Sorun yanılgı değil.. Her hakem kusur yapar.. Doğal.. Ancak büyükler aleyhine yaptılar mı, düdük astırırlar adama.. O vakit “Vur abalıya..” Lig bu türlü dizayn ediliyor işte.. Biz ahmaklar da her gece ekrana bakıyoruz, saf saf.. Şampiyonu bile aşikâr ligi izleyen ahmaklar olarak..
1. Fenerbahçe
2. Galatasaray
3. Beşiktaş
Pekala, Muhteşem Lig’de bu yıl sayıları 18’e çıkan “KÜÇÜK” kulüpler ne?.
“Büyük Oyun”un figüranları..
3 otuz paraya, ezilerek, dövülerek büyüklere yem yapılan figüranlar..
Hani Yeşilçam sinemalarında Cüneyt Arkın’dan dayak yiyerek beş on lira yevmiye almak için, Beyoğlu art sokaklarındaki kafede bekleyen figüranlar var ya, onlar!.
Herkes, hatta Sivas’ın “Güya” hocası İstek Çalımbay bile azarlamış, eleştirmiş, bu açık haksızlığa, bu milyonların gözü önünde alenen, resmen işlenen cinayete seyirci kalınmasına isyan eden Sivas Kaptanı Hakan’ın başkaldırısını..

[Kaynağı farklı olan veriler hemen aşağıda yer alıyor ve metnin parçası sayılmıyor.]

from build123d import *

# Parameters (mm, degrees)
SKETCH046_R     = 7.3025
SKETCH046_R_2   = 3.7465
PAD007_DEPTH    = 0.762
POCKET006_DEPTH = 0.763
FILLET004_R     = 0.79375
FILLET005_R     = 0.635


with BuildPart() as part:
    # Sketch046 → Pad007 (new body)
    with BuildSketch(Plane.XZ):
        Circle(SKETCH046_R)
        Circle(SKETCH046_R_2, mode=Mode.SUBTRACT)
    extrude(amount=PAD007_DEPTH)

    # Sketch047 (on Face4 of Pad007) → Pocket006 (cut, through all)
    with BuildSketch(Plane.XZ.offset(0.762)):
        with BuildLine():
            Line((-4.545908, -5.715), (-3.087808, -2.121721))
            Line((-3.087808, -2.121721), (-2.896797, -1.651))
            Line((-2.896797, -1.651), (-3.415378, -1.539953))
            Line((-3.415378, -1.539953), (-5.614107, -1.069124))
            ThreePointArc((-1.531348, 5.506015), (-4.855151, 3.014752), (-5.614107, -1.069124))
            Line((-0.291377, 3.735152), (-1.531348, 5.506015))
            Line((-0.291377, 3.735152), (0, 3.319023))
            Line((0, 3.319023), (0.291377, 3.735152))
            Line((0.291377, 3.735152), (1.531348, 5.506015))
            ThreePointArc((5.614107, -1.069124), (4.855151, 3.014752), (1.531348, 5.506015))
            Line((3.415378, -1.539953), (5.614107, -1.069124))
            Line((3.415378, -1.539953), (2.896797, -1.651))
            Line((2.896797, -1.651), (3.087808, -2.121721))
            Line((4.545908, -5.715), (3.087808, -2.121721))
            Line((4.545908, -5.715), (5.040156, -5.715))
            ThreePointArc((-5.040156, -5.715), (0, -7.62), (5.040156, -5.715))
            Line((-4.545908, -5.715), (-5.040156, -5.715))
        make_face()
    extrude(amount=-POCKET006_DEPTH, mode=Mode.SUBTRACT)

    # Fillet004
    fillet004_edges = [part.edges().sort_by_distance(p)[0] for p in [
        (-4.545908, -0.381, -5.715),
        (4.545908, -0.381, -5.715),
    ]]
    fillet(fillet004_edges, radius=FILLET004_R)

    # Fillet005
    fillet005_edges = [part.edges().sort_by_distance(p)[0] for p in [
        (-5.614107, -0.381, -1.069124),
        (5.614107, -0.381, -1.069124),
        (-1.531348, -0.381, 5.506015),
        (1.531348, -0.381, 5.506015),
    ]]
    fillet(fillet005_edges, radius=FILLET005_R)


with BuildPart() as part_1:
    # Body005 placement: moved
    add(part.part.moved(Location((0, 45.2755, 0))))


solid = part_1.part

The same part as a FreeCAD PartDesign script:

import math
import FreeCAD as App
import Part
import Sketcher

V = App.Vector
Q = App.Units.Quantity


def edges_at(feature, points):
    """Names of the edges that pass closest to the given points."""
    edges = feature.Shape.Edges
    near = lambda p: min(range(len(edges)), key=lambda i: edges[i].distToShape(Part.Vertex(*p))[0])
    return sorted({f"Edge{near(p) + 1}" for p in points})

doc = App.newDocument("Part")
body = doc.addObject("PartDesign::Body", "Body")

sketch1 = doc.addObject("Sketcher::SketchObject", "Sketch")
body.addObject(sketch1)
sketch1.AttachmentSupport = (doc.XZ_Plane, [""])
sketch1.MapMode = "FlatFace"
sketch1.addGeometry(Part.Circle(V(0, 0, 0), V(0, 0, 1), 7.3), False)
sketch1.addGeometry(Part.Circle(V(0, 0, 0), V(0, 0, 1), 3.7), False)
sketch1.addConstraint(Sketcher.Constraint("Coincident", 0, 3, -1, 1))
sketch1.addConstraint(Sketcher.Constraint("Coincident", 1, 3, -1, 1))
sketch1.addConstraint(Sketcher.Constraint("Diameter", 0, Q("0.575 in")))
sketch1.addConstraint(Sketcher.Constraint("Diameter", 1, Q("0.295 in")))
pad1 = doc.addObject("PartDesign::Pad", "Pad")
body.addObject(pad1)
pad1.Profile = sketch1
pad1.Length = Q("0.03 in")

sketch2 = doc.addObject("Sketcher::SketchObject", "Sketch001")
body.addObject(sketch2)
sketch2.AttachmentSupport = (doc.XZ_Plane, [""])
sketch2.MapMode = "FlatFace"
sketch2.AttachmentOffset = App.Placement(V(0, 0, 0.03 * 25.4), App.Rotation())
sketch2.addGeometry(Part.LineSegment(V(-3.09, -2.12, 0), V(-4.55, -5.71, 0)), False)
sketch2.addGeometry(Part.LineSegment(V(-4.55, -5.71, 0), V(-5.04, -5.71, 0)), False)
sketch2.addGeometry(Part.ArcOfCircle(Part.Circle(V(0, 0, 0), V(0, 0, 1), 7.62), math.radians(-131), math.radians(-49)), False)
sketch2.addGeometry(Part.LineSegment(V(5.04, -5.71, 0), V(4.55, -5.71, 0)), False)
sketch2.addGeometry(Part.LineSegment(V(4.55, -5.71, 0), V(3.09, -2.12, 0)), False)
sketch2.addGeometry(Part.LineSegment(V(3.09, -2.12, 0), V(2.9, -1.65, 0)), False)
sketch2.addGeometry(Part.LineSegment(V(2.9, -1.65, 0), V(3.42, -1.54, 0)), False)
sketch2.addGeometry(Part.LineSegment(V(3.42, -1.54, 0), V(5.61, -1.07, 0)), False)
sketch2.addGeometry(Part.ArcOfCircle(Part.Circle(V(0, 0, 0), V(0, 0, 1), 5.72), math.radians(-11), math.radians(74)), False)
sketch2.addGeometry(Part.LineSegment(V(1.53, 5.51, 0), V(0.29, 3.74, 0)), False)
sketch2.addGeometry(Part.LineSegment(V(0.29, 3.74, 0), V(0, 3.32, 0)), False)
sketch2.addGeometry(Part.LineSegment(V(0, 3.32, 0), V(-0.29, 3.74, 0)), False)
sketch2.addGeometry(Part.LineSegment(V(-0.29, 3.74, 0), V(-1.53, 5.51, 0)), False)
sketch2.addGeometry(Part.ArcOfCircle(Part.Circle(V(0, 0, 0), V(0, 0, 1), 5.72), math.radians(106), math.radians(191)), False)
sketch2.addGeometry(Part.LineSegment(V(-5.61, -1.07, 0), V(-3.42, -1.54, 0)), False)
sketch2.addGeometry(Part.LineSegment(V(-3.42, -1.54, 0), V(-2.9, -1.65, 0)), False)
sketch2.addGeometry(Part.LineSegment(V(-2.9, -1.65, 0), V(-3.09, -2.12, 0)), False)
sketch2.addConstraint(Sketcher.Constraint("Coincident", 0, 2, 1, 1))
sketch2.addConstraint(Sketcher.Constraint("Coincident", 1, 2, 2, 1))
sketch2.addConstraint(Sketcher.Constraint("Coincident", 2, 2, 3, 1))
sketch2.addConstraint(Sketcher.Constraint("Coincident", 3, 2, 4, 1))
sketch2.addConstraint(Sketcher.Constraint("Coincident", 4, 2, 5, 1))
sketch2.addConstraint(Sketcher.Constraint("Coincident", 5, 2, 6, 1))
sketch2.addConstraint(Sketcher.Constraint("Coincident", 6, 2, 7, 1))
sketch2.addConstraint(Sketcher.Constraint("Coincident", 7, 2, 8, 1))
sketch2.addConstraint(Sketcher.Constraint("Coincident", 8, 2, 9, 1))
sketch2.addConstraint(Sketcher.Constraint("Coincident", 9, 2, 10, 1))
sketch2.addConstraint(Sketcher.Constraint("Coincident", 10, 2, 11, 1))
sketch2.addConstraint(Sketcher.Constraint("Coincident", 11, 2, 12, 1))
sketch2.addConstraint(Sketcher.Constraint("Coincident", 12, 2, 13, 1))
sketch2.addConstraint(Sketcher.Constraint("Coincident", 13, 2, 14, 1))
sketch2.addConstraint(Sketcher.Constraint("Coincident", 14, 2, 15, 1))
sketch2.addConstraint(Sketcher.Constraint("Coincident", 15, 2, 16, 1))
sketch2.addConstraint(Sketcher.Constraint("Coincident", 16, 2, 0, 1))
sketch2.addConstraint(Sketcher.Constraint("Horizontal", 1))
sketch2.addConstraint(Sketcher.Constraint("Horizontal", 3))
sketch2.addConstraint(Sketcher.Constraint("Coincident", 2, 3, -1, 1))
sketch2.addConstraint(Sketcher.Constraint("Coincident", 8, 3, -1, 1))
sketch2.addConstraint(Sketcher.Constraint("Coincident", 13, 3, -1, 1))
sketch2.addConstraint(Sketcher.Constraint("Equal", 8, 13))
sketch2.addConstraint(Sketcher.Constraint("Symmetric", 0, 2, 3, 2, -2))
sketch2.addConstraint(Sketcher.Constraint("Symmetric", 9, 2, 11, 2, -2))
sketch2.addConstraint(Sketcher.Constraint("Symmetric", 6, 2, 14, 2, -2))
sketch2.addConstraint(Sketcher.Constraint("Symmetric", 5, 2, 15, 2, -2))
sketch2.addConstraint(Sketcher.Constraint("Symmetric", 4, 2, 16, 2, -2))
sketch2.addConstraint(Sketcher.Constraint("PointOnObject", 10, 2, -2))
sketch2.addConstraint(Sketcher.Constraint("Parallel", 4, 5))
sketch2.addConstraint(Sketcher.Constraint("Parallel", 6, 7))
sketch2.addConstraint(Sketcher.Constraint("Parallel", 9, 10))
sketch2.addConstraint(Sketcher.Constraint("Parallel", 11, 12))
sketch2.addConstraint(Sketcher.Constraint("Parallel", 14, 15))
sketch2.addConstraint(Sketcher.Constraint("Equal", 5, 10))
sketch2.addConstraint(Sketcher.Constraint("Radius", 2, Q("0.3 in")))
sketch2.addConstraint(Sketcher.Constraint("Angle", 9, Q("-124.999987 deg")))
sketch2.addConstraint(Sketcher.Constraint("Radius", 8, Q("0.225 in")))
sketch2.addConstraint(Sketcher.Constraint("Distance", 5, Q("0.02 in")))
sketch2.addConstraint(Sketcher.Constraint("DistanceY", 3, 2, 5, 2, Q("0.16 in")))
sketch2.addConstraint(Sketcher.Constraint("DistanceY", 0, 2, -1, 1, Q("0.225 in")))
sketch2.addConstraint(Sketcher.Constraint("DistanceX", 4, 2, 3, 2, Q("1.4581 mm")))
sketch2.addConstraint(Sketcher.Constraint("DistanceX", 8, 3, 5, 2, Q("2.896799 mm")))
sketch2.addConstraint(Sketcher.Constraint("DistanceX", 4, 2, 7, 2, Q("2.526299 mm")))
sketch2.addConstraint(Sketcher.Constraint("DistanceX", -1, 1, 6, 2, Q("3.415378 mm")))
sketch2.addConstraint(Sketcher.Constraint("DistanceX", -1, 1, 8, 2, Q("1.531348 mm")))
pocket1 = doc.addObject("PartDesign::Pocket", "Pocket")
body.addObject(pocket1)
pocket1.Profile = sketch2
pocket1.Type = "ThroughAll"
doc.recompute()

fillet = doc.addObject("PartDesign::Fillet", "Fillet")
body.addObject(fillet)
fillet.Base = (pocket1, edges_at(pocket1, [(-4.546, -0.381, -5.715), (4.546, -0.381, -5.715)]))
fillet.Radius = Q("0.03125 in")
doc.recompute()

fillet2 = doc.addObject("PartDesign::Fillet", "Fillet001")
body.addObject(fillet2)
fillet2.Base = (fillet, edges_at(fillet, [
    (-5.614, -0.381, -1.069),
    (5.614, -0.381, -1.069),
    (-1.531, -0.381, 5.506),
    (1.531, -0.381, 5.506),
]))
fillet2.Radius = Q("0.025 in")
body2 = doc.addObject("PartDesign::Body", "Body001")
doc.recompute()

body.Placement = App.Placement(V(0, 45.2755, 0), App.Rotation(V(0, 0, 1), 0))
boolean = doc.addObject("PartDesign::Boolean", "Boolean")
body2.addObject(boolean)
boolean.Type = "Fuse"
boolean.addObjects([body])

doc.recompute()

Kendisi laf edemez Rıza’nın.. Ederse, hani o Aboubakar’ın ölmüş anasına söven hain linççiler Beşiktaş tarihinin en ünlüleri ortasına ismini yazan Rıza’yı o denli bir çarmıha gererler ki, Atom Karınca’nın bir gün Beşiktaş’a hoca olma hayalleri söner.. Bir daha o kulübün kapısından adım atamaz..
Birinci yarı boyunca tüm bu rezillikler olurken, Rıza’yı kenarda gören oldu mu?.
Sinmiş, saklanmış Rıza’yı..
O vakit kim arayacak, o ligi dizayn edenler tarafından alenen, resmen yenen Sivas’ın hakkını?. Küçük kulüp, figüran kulüp Sivas’ın hakkını?.
O gecenin kahramanı Hakan’dır Beyefendiler..
Bu aleni haksızlığa başkaldıran, Sivas’ın hakkını arayan Hakan!.
Başlıktaki lafı niçin yazdım, anladınız herhalde..
Kurtuluş Ortaokulu son sınıfındayken bir gün Biyoloji Hocamız Salih Pala, ismini yalnızca bu laf yüzünden unutmam, 1.90 basketçi uzunluğu ile, kürsünün üzerine çıkmış ve tüm sınıfa haykırmıştı..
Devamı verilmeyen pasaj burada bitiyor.